### Material for this exercise
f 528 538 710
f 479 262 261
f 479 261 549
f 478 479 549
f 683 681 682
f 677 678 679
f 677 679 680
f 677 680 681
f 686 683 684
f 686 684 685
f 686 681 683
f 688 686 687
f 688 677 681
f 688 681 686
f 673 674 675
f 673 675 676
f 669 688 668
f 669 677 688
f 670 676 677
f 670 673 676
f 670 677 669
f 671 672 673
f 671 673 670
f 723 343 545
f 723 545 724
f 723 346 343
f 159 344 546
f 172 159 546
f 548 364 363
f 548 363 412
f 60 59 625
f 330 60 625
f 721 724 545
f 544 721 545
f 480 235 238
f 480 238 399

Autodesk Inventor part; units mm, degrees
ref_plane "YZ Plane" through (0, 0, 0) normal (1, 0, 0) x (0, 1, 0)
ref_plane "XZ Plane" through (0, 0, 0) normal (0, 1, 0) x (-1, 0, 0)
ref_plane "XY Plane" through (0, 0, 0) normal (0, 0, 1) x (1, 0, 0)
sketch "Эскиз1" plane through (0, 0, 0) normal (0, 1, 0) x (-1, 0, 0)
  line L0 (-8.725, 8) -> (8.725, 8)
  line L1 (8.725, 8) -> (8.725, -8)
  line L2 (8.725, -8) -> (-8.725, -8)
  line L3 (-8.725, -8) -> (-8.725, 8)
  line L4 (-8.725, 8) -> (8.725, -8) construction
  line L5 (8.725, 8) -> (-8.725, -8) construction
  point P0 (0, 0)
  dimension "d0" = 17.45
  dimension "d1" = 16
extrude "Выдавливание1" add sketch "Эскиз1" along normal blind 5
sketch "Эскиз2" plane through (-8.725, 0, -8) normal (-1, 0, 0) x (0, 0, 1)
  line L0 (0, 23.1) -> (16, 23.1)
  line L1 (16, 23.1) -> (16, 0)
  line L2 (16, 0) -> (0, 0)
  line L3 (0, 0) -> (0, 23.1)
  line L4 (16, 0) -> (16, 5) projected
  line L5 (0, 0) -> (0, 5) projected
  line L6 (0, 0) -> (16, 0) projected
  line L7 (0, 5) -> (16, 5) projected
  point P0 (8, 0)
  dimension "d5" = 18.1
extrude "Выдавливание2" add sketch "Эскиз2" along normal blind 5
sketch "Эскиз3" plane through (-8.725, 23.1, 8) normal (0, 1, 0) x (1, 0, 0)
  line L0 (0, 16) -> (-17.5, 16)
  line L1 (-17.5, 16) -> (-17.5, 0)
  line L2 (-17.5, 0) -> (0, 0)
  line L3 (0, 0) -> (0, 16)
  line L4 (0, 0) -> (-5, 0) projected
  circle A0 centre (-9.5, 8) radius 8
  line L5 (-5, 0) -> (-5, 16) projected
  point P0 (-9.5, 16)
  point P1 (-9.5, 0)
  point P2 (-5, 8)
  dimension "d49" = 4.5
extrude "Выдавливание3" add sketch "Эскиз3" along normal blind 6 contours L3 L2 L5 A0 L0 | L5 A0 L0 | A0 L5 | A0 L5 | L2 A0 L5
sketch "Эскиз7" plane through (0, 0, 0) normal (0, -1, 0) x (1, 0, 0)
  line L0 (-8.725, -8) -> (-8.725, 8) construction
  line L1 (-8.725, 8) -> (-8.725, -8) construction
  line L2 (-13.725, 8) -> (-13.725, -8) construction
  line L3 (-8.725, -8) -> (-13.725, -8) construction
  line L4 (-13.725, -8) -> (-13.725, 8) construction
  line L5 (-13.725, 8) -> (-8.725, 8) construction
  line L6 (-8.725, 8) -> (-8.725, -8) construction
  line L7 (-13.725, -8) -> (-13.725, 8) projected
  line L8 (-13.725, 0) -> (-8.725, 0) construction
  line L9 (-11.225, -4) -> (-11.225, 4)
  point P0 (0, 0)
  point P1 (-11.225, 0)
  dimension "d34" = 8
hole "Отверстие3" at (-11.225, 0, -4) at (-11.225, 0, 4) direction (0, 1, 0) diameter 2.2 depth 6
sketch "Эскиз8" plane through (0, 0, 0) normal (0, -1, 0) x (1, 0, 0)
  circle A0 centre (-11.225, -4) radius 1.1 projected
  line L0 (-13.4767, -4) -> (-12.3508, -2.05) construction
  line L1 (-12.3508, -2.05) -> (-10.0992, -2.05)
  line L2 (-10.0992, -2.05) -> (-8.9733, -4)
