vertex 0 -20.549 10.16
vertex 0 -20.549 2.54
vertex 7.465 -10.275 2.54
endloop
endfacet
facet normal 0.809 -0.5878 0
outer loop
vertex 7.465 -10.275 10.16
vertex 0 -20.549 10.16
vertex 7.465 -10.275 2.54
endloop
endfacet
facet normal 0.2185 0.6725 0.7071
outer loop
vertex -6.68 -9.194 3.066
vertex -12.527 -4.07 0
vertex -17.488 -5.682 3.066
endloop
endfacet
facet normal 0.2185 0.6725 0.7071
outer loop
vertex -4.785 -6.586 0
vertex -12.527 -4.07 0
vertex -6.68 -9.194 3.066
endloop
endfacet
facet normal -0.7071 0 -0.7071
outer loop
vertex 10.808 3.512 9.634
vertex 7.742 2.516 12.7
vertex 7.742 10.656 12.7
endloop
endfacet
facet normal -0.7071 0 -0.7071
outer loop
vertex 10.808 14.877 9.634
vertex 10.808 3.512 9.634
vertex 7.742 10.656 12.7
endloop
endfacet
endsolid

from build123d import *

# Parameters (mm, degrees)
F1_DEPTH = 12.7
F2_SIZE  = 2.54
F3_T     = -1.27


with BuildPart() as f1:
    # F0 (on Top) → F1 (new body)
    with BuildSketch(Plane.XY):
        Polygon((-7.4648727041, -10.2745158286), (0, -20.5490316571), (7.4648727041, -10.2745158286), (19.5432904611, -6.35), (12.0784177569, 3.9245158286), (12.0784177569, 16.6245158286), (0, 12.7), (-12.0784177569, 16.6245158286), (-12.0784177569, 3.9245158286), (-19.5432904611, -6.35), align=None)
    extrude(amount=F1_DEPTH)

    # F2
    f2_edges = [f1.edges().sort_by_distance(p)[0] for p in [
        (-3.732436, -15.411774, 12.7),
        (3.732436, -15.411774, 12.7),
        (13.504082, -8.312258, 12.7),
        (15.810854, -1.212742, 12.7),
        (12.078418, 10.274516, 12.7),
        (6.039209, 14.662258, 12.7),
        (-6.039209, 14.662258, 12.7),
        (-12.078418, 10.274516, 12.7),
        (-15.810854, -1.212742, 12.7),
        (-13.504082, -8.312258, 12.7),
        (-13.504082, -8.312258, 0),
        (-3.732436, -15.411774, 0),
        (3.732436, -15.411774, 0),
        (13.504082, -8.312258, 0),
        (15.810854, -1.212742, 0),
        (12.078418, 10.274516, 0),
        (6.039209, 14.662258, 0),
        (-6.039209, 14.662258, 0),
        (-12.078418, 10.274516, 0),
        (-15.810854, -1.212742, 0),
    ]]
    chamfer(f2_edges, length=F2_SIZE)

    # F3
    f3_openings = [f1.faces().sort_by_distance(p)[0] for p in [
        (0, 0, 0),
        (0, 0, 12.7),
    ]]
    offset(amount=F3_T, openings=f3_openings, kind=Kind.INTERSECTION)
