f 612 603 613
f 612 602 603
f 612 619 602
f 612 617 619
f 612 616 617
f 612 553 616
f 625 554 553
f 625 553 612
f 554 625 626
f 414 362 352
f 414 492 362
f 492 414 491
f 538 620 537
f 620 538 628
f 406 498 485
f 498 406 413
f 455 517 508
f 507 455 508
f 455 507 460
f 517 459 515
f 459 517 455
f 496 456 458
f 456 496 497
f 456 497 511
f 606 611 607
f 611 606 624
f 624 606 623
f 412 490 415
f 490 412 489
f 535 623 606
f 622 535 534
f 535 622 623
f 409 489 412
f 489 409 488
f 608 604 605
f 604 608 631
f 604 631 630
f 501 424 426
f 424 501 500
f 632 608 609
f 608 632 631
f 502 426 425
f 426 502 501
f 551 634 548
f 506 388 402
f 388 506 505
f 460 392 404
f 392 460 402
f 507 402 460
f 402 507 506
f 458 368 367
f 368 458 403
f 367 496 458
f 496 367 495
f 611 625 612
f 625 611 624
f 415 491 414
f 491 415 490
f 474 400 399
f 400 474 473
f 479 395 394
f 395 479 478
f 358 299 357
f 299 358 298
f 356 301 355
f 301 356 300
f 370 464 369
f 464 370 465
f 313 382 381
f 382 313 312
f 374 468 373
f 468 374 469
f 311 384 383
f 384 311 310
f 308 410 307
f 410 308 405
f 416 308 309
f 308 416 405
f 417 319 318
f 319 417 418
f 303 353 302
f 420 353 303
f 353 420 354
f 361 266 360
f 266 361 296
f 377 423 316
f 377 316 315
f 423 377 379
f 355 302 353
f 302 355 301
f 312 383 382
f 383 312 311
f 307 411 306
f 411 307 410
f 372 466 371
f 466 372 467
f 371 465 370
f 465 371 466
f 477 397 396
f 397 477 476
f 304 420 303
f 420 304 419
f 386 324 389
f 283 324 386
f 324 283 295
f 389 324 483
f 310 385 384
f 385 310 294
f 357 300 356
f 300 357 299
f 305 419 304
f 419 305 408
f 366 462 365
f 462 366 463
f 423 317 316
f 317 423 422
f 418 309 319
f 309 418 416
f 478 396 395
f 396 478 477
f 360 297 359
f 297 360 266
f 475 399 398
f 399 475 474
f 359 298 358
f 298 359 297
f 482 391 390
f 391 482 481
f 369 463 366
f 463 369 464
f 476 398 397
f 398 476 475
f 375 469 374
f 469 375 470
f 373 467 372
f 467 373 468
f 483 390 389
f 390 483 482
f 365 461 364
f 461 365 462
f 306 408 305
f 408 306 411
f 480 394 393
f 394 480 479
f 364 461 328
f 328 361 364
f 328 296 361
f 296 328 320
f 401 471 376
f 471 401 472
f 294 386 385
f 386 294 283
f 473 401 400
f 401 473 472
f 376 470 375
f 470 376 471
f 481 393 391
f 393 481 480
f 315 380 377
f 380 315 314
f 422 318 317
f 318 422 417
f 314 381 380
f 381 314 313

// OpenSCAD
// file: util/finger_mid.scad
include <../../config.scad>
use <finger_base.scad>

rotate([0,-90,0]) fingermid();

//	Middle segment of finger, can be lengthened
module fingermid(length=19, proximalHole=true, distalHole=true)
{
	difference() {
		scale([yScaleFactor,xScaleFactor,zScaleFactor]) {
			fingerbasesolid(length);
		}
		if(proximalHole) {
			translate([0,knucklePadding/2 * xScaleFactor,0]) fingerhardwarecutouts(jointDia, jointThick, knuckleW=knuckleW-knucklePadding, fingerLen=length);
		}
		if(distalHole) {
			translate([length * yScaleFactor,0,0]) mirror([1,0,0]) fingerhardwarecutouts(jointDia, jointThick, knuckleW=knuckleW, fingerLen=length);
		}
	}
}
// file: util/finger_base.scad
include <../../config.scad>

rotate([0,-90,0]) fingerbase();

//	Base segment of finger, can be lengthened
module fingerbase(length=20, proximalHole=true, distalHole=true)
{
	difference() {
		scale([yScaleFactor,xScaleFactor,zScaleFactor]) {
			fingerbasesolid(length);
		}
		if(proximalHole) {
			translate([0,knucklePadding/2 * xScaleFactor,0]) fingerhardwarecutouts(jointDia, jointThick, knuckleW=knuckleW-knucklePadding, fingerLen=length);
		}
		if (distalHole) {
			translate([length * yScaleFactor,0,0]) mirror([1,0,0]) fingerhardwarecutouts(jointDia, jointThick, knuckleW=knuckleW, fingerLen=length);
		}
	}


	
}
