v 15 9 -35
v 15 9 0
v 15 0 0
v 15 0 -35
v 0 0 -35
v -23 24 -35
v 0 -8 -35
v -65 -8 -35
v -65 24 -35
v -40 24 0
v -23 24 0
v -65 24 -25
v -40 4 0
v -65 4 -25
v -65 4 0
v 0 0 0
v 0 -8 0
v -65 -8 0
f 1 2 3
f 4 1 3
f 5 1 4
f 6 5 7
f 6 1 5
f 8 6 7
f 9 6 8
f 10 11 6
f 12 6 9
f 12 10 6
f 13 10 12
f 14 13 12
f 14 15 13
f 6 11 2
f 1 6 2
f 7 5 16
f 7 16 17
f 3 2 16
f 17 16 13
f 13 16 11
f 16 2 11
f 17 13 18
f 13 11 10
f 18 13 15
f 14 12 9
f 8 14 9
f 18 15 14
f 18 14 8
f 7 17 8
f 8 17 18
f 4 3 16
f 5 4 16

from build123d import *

# Parameters (mm, degrees)
BOSS_EXTRUDE1_DEPTH = 35
CUT_EXTRUDE1_DEPTH  = 20


with BuildPart() as part:
    # Sketch1 → Boss-Extrude1 (new body)
    with BuildSketch(Plane.XY):
        Polygon((0, 0), (0, -8), (-65, -8), (-65, 4), (-65, 24), (-40, 24), (-23, 24), (15, 9), (15, 0), align=None)
    extrude(amount=-BOSS_EXTRUDE1_DEPTH)

    # Sketch2 → Cut-Extrude1 (cut)
    with BuildSketch(Plane(origin=(0, 24, 0), x_dir=(1, 0, 0), z_dir=(0, 1, 0))):
        Polygon((-40, 0), (-65, 25), (-65, 0), align=None)
    extrude(amount=-CUT_EXTRUDE1_DEPTH, mode=Mode.SUBTRACT)


solid = part.part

### What the task asks
Above are the entries. Output exactly the lines beginning with the line that has "f 455 507 460" and ending with the line that has "f 551 634 548".

### Task solution
f 455 507 460
f 517 459 515
f 459 517 455
f 496 456 458
f 456 496 497
f 456 497 511
f 606 611 607
f 611 606 624
f 624 606 623
f 412 490 415
f 490 412 489
f 535 623 606
f 622 535 534
f 535 622 623
f 409 489 412
f 489 409 488
f 608 604 605
f 604 608 631
f 604 631 630
f 501 424 426
f 424 501 500
f 632 608 609
f 608 632 631
f 502 426 425
f 426 502 501
f 551 634 548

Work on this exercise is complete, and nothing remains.